Task brief
Look for the line containing "F2_DEPTH = 25.4" in the entries below, then print that line and all that follow it exactly.

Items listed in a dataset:
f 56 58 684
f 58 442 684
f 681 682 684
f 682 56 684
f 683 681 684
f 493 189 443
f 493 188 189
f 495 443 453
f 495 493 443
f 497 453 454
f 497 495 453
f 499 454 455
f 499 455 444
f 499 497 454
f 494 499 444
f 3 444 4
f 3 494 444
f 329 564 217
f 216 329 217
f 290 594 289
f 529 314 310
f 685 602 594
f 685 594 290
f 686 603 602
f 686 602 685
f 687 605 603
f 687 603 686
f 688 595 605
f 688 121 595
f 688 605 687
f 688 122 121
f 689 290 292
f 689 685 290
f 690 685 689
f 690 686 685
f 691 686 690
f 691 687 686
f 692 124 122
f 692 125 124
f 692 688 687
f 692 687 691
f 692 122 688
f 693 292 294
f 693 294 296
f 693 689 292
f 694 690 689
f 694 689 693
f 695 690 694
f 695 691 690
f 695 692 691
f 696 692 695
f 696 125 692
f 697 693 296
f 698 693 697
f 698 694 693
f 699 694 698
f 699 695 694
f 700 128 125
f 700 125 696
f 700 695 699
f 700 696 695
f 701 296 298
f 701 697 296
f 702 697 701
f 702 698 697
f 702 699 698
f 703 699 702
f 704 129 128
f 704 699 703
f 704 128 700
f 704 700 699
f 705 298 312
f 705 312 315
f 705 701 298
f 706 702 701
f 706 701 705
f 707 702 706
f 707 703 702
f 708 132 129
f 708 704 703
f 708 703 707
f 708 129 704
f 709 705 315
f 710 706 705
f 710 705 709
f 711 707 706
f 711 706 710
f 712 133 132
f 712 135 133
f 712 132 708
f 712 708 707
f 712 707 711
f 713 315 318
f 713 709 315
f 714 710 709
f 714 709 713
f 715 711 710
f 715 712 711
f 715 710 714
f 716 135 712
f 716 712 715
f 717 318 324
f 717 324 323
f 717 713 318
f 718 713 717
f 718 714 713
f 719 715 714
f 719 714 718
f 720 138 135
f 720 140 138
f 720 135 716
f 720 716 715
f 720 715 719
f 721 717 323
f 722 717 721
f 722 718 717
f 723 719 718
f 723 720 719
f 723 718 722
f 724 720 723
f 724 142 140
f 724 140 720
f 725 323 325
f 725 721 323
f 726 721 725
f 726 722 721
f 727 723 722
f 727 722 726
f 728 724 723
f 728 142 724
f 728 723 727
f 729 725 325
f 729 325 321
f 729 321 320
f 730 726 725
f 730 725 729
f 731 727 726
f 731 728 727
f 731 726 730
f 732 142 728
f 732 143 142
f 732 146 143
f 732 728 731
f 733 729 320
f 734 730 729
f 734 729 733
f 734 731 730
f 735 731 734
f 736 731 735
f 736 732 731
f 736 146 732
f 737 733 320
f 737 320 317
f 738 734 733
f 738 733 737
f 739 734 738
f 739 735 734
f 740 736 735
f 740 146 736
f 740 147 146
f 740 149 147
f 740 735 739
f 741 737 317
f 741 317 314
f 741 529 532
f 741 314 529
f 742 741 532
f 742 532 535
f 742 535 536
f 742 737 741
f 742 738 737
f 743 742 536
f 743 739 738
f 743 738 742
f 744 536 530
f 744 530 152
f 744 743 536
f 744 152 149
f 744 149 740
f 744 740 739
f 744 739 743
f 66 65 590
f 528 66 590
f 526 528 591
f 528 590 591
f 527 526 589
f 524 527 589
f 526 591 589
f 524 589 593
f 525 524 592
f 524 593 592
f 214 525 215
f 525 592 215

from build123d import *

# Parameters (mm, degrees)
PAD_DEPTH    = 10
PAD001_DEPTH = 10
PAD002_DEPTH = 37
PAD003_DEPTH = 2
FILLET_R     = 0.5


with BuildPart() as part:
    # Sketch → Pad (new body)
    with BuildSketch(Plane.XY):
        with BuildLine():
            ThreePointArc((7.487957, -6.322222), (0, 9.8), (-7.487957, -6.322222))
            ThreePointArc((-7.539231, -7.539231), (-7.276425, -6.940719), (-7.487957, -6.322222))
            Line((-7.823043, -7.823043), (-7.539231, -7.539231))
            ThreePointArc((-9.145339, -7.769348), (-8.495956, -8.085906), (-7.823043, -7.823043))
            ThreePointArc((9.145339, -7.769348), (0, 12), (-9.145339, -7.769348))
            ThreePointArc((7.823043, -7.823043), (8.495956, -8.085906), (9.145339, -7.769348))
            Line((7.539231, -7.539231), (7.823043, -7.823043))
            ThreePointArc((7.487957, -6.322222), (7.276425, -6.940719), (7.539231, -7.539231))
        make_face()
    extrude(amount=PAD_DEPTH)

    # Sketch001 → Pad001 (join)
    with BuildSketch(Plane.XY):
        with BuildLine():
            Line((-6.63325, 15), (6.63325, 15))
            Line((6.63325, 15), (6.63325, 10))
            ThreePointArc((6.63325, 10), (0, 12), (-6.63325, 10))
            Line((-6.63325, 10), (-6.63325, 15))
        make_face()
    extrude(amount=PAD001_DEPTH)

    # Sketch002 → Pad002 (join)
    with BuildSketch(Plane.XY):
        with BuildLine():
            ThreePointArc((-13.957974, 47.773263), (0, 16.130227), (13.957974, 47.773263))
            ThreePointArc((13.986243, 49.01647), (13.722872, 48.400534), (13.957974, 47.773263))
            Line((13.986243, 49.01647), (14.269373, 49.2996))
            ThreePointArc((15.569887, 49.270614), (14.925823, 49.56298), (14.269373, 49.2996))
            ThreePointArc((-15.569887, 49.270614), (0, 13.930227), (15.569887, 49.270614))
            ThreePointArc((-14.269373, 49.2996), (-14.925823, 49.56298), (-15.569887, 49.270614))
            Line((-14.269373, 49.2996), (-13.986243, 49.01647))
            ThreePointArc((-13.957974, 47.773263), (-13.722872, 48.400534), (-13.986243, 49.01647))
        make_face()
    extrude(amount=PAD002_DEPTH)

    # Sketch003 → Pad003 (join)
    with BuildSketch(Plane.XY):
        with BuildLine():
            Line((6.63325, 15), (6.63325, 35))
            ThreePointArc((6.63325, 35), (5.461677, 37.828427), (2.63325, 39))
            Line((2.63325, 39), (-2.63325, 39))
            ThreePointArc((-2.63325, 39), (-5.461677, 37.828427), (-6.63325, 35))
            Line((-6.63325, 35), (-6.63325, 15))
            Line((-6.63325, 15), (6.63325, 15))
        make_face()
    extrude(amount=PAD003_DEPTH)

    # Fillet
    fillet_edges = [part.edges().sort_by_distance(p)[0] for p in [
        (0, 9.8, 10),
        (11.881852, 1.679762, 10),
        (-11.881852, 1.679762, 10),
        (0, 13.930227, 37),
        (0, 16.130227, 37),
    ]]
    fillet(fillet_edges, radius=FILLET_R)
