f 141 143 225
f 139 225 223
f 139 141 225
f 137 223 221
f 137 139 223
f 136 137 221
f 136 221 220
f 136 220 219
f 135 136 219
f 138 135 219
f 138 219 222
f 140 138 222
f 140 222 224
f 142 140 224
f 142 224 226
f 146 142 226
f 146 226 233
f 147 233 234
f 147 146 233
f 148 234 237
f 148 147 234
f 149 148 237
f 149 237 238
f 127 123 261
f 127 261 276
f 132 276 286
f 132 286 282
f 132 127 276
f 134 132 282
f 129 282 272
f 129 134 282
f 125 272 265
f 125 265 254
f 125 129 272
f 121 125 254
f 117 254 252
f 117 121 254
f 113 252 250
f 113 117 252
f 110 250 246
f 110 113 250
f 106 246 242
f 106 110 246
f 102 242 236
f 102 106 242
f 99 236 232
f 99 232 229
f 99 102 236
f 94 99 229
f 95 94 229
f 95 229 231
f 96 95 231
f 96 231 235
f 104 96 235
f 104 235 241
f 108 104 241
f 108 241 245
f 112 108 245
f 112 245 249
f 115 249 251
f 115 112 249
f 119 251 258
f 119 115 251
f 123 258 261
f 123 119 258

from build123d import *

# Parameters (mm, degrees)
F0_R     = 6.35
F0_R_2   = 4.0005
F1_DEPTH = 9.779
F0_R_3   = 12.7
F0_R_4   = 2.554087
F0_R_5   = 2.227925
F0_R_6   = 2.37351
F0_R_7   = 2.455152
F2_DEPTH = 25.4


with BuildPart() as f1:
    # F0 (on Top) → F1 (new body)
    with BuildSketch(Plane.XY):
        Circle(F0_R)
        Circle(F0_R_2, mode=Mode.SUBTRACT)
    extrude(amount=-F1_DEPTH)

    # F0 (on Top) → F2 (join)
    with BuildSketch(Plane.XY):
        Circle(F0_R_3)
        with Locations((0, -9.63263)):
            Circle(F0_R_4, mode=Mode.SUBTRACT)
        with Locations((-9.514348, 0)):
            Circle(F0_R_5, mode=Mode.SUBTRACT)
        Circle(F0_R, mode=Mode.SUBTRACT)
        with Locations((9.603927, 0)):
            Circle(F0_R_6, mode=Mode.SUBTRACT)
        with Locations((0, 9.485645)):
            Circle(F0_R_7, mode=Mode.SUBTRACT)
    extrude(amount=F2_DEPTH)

Response to this task
F2_DEPTH = 25.4


with BuildPart() as f1:
    # F0 (on Top) → F1 (new body)
    with BuildSketch(Plane.XY):
        Circle(F0_R)
        Circle(F0_R_2, mode=Mode.SUBTRACT)
    extrude(amount=-F1_DEPTH)

    # F0 (on Top) → F2 (join)
    with BuildSketch(Plane.XY):
        Circle(F0_R_3)
        with Locations((0, -9.63263)):
            Circle(F0_R_4, mode=Mode.SUBTRACT)
        with Locations((-9.514348, 0)):
            Circle(F0_R_5, mode=Mode.SUBTRACT)
        Circle(F0_R, mode=Mode.SUBTRACT)
        with Locations((9.603927, 0)):
            Circle(F0_R_6, mode=Mode.SUBTRACT)
        with Locations((0, 9.485645)):
            Circle(F0_R_7, mode=Mode.SUBTRACT)
    extrude(amount=F2_DEPTH)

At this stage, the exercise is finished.